A sticker against highspeed trainline construction in the Basque country.

A sticker against highspeed trainline construction in the Basque country.

The summit itself could not be shut down, with all the police and military there protecting it, although protestors could ruin their party and make opposition to the world’s leaders obvious.  And this success would boost the morale in the movement and generate energy most likely to get funneled into the next mass mobilization.  From what I witnessed, in a few places the protest organizing drained from the local movements, and in other places new groups were formed and new people were involved and initiated.  More than once—in Greece and Spain—I had visiting Germans tell me not to go to some other event—a talk on the prison system, an antirepression meeting, a social center meeting—even that those other events should not have been scheduled at those times, because the G8 info-event happening at the same time was more important.

There were some more serious problems with G8 outreach, though thankfully the Dissent Network—the main anti-authoritarian grouping taking part in the counterprotest—had the grace to put some of these criticisms on their website.  One came from a Palestinian grassroots activist who had been approached by organizers of the G8 infotour, and who took offense from the reportback written by the European delegation about the tour to Israel/Palestine.  “After a lengthy account of meetings with Israeli groups, praising their deep understanding for veganism and animal rights, you start to voice your opinions about the Palestinian struggle,” said the criticism from the Anti-Apartheid Wall campaign.  In the reportback the G8 activists claimed they were unable to find anarchist, communist, and grassroots groups in Palestine, even though they had met with a grassroots group—the one authoring the criticism—and there were quite a few communist groups in Palestine.  The reportback wrote off the Palestinian resistance as institutional, ignoring the very basis of the intifada, which was grassroots and spontaneous. With a very eurocentric attitude, the anti-G8 activists claimed that the Palestinian resistance did not have a global analysis, apparently because they did not prioritize the same global issues like the G8 summit.

The delegation apparently also criticized the Palestinians for refusing to work with Israeli groups who do not recognize the right of return for Palestinian refugees or who support Israeli settlements on the West Bank.  The criticism ended by saying the infotour delegates from Europe came to teach and not to listen, and rebuked: “Your report is an extreme example of the degree to which colonialism and racism is not only a system of institutions that exploit, expel and occupy all over the world but how deeply it is rooted within the consciousness of many that pretend to combat it.”  The criticism noted in passing that anarchism has never been strong in Palestine, and I’m sure that as long as its primary representatives continue to hold the eurocentric and neocolonial outlooks that we tolerate in our movement, it never will be.

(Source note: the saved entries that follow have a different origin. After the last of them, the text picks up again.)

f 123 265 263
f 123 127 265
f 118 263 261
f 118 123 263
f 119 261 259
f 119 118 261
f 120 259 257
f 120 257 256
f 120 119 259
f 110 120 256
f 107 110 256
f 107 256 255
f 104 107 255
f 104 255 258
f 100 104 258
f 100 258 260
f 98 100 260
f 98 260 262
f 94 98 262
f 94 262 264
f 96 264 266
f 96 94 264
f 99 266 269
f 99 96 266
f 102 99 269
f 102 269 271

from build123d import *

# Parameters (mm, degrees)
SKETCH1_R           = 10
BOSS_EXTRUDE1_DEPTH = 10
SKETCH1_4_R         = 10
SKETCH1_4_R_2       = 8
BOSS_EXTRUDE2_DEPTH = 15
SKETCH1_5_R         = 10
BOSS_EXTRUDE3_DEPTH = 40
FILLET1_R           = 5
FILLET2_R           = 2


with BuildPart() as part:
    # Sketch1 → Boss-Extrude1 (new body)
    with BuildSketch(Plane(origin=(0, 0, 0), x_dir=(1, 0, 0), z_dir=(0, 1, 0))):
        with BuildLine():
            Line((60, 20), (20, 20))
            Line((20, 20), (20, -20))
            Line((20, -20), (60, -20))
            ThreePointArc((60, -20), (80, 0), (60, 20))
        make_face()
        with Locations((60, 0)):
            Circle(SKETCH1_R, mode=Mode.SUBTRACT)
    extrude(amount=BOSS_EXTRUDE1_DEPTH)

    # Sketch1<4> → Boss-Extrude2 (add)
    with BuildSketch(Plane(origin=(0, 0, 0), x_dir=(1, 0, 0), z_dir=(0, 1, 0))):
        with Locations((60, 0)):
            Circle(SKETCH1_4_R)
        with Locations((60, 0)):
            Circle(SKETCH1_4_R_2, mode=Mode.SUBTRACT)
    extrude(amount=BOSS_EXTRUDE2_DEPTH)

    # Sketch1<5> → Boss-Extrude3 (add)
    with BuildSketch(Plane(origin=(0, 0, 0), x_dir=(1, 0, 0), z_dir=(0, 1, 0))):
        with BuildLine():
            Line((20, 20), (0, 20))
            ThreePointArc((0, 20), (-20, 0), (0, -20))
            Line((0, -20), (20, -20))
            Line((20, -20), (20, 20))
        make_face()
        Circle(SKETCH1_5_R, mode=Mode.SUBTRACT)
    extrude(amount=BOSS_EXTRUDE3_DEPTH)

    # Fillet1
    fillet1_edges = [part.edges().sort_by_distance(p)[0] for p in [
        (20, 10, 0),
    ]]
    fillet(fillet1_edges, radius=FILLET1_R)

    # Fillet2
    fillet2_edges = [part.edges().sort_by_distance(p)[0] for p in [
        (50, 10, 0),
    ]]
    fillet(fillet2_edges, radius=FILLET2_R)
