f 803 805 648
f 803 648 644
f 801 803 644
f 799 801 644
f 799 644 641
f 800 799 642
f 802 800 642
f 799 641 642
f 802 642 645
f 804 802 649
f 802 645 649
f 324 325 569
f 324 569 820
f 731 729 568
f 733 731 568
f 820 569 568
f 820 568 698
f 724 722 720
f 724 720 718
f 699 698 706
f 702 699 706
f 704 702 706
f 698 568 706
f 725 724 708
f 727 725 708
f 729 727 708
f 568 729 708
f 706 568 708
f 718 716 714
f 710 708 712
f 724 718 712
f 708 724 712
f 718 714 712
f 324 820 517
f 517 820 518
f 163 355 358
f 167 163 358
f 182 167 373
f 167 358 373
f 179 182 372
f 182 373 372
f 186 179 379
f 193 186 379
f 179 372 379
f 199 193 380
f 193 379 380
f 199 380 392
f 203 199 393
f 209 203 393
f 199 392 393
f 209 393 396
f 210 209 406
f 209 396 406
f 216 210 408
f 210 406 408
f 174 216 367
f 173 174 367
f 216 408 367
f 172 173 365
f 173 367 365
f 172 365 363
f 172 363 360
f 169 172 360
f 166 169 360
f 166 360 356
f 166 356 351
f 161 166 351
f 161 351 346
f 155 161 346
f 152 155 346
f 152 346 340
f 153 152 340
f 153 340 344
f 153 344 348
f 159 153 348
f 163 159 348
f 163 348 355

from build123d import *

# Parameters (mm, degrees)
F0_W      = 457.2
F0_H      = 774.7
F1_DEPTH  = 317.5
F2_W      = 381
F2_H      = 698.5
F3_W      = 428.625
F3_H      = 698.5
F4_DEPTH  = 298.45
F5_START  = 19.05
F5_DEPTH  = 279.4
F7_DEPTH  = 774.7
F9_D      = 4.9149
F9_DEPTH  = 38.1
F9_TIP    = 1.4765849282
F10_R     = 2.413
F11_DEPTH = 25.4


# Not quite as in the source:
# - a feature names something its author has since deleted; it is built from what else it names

Despite some serious problems, the counterprotest model has proven several times that when we organize with a high dose of creativity and dedication, we can still overcome the police in limited moments, capture the attention of the world, and give thousands of new people their first taste of directly fighting back.  But one wonders what future weaknesses such a limited model is building into the movement.  More than once, when we have managed to tear the gates down or push past the police, we stand there, mouths open, hesitating, because we cannot imagine going forward, carrying our attack to the elites themselves.  If this is our primary model for struggle, it fosters a dependence on the powerful to plan events to which we respond, and a preference for fighting the police rather than the elites or the social order they are protecting.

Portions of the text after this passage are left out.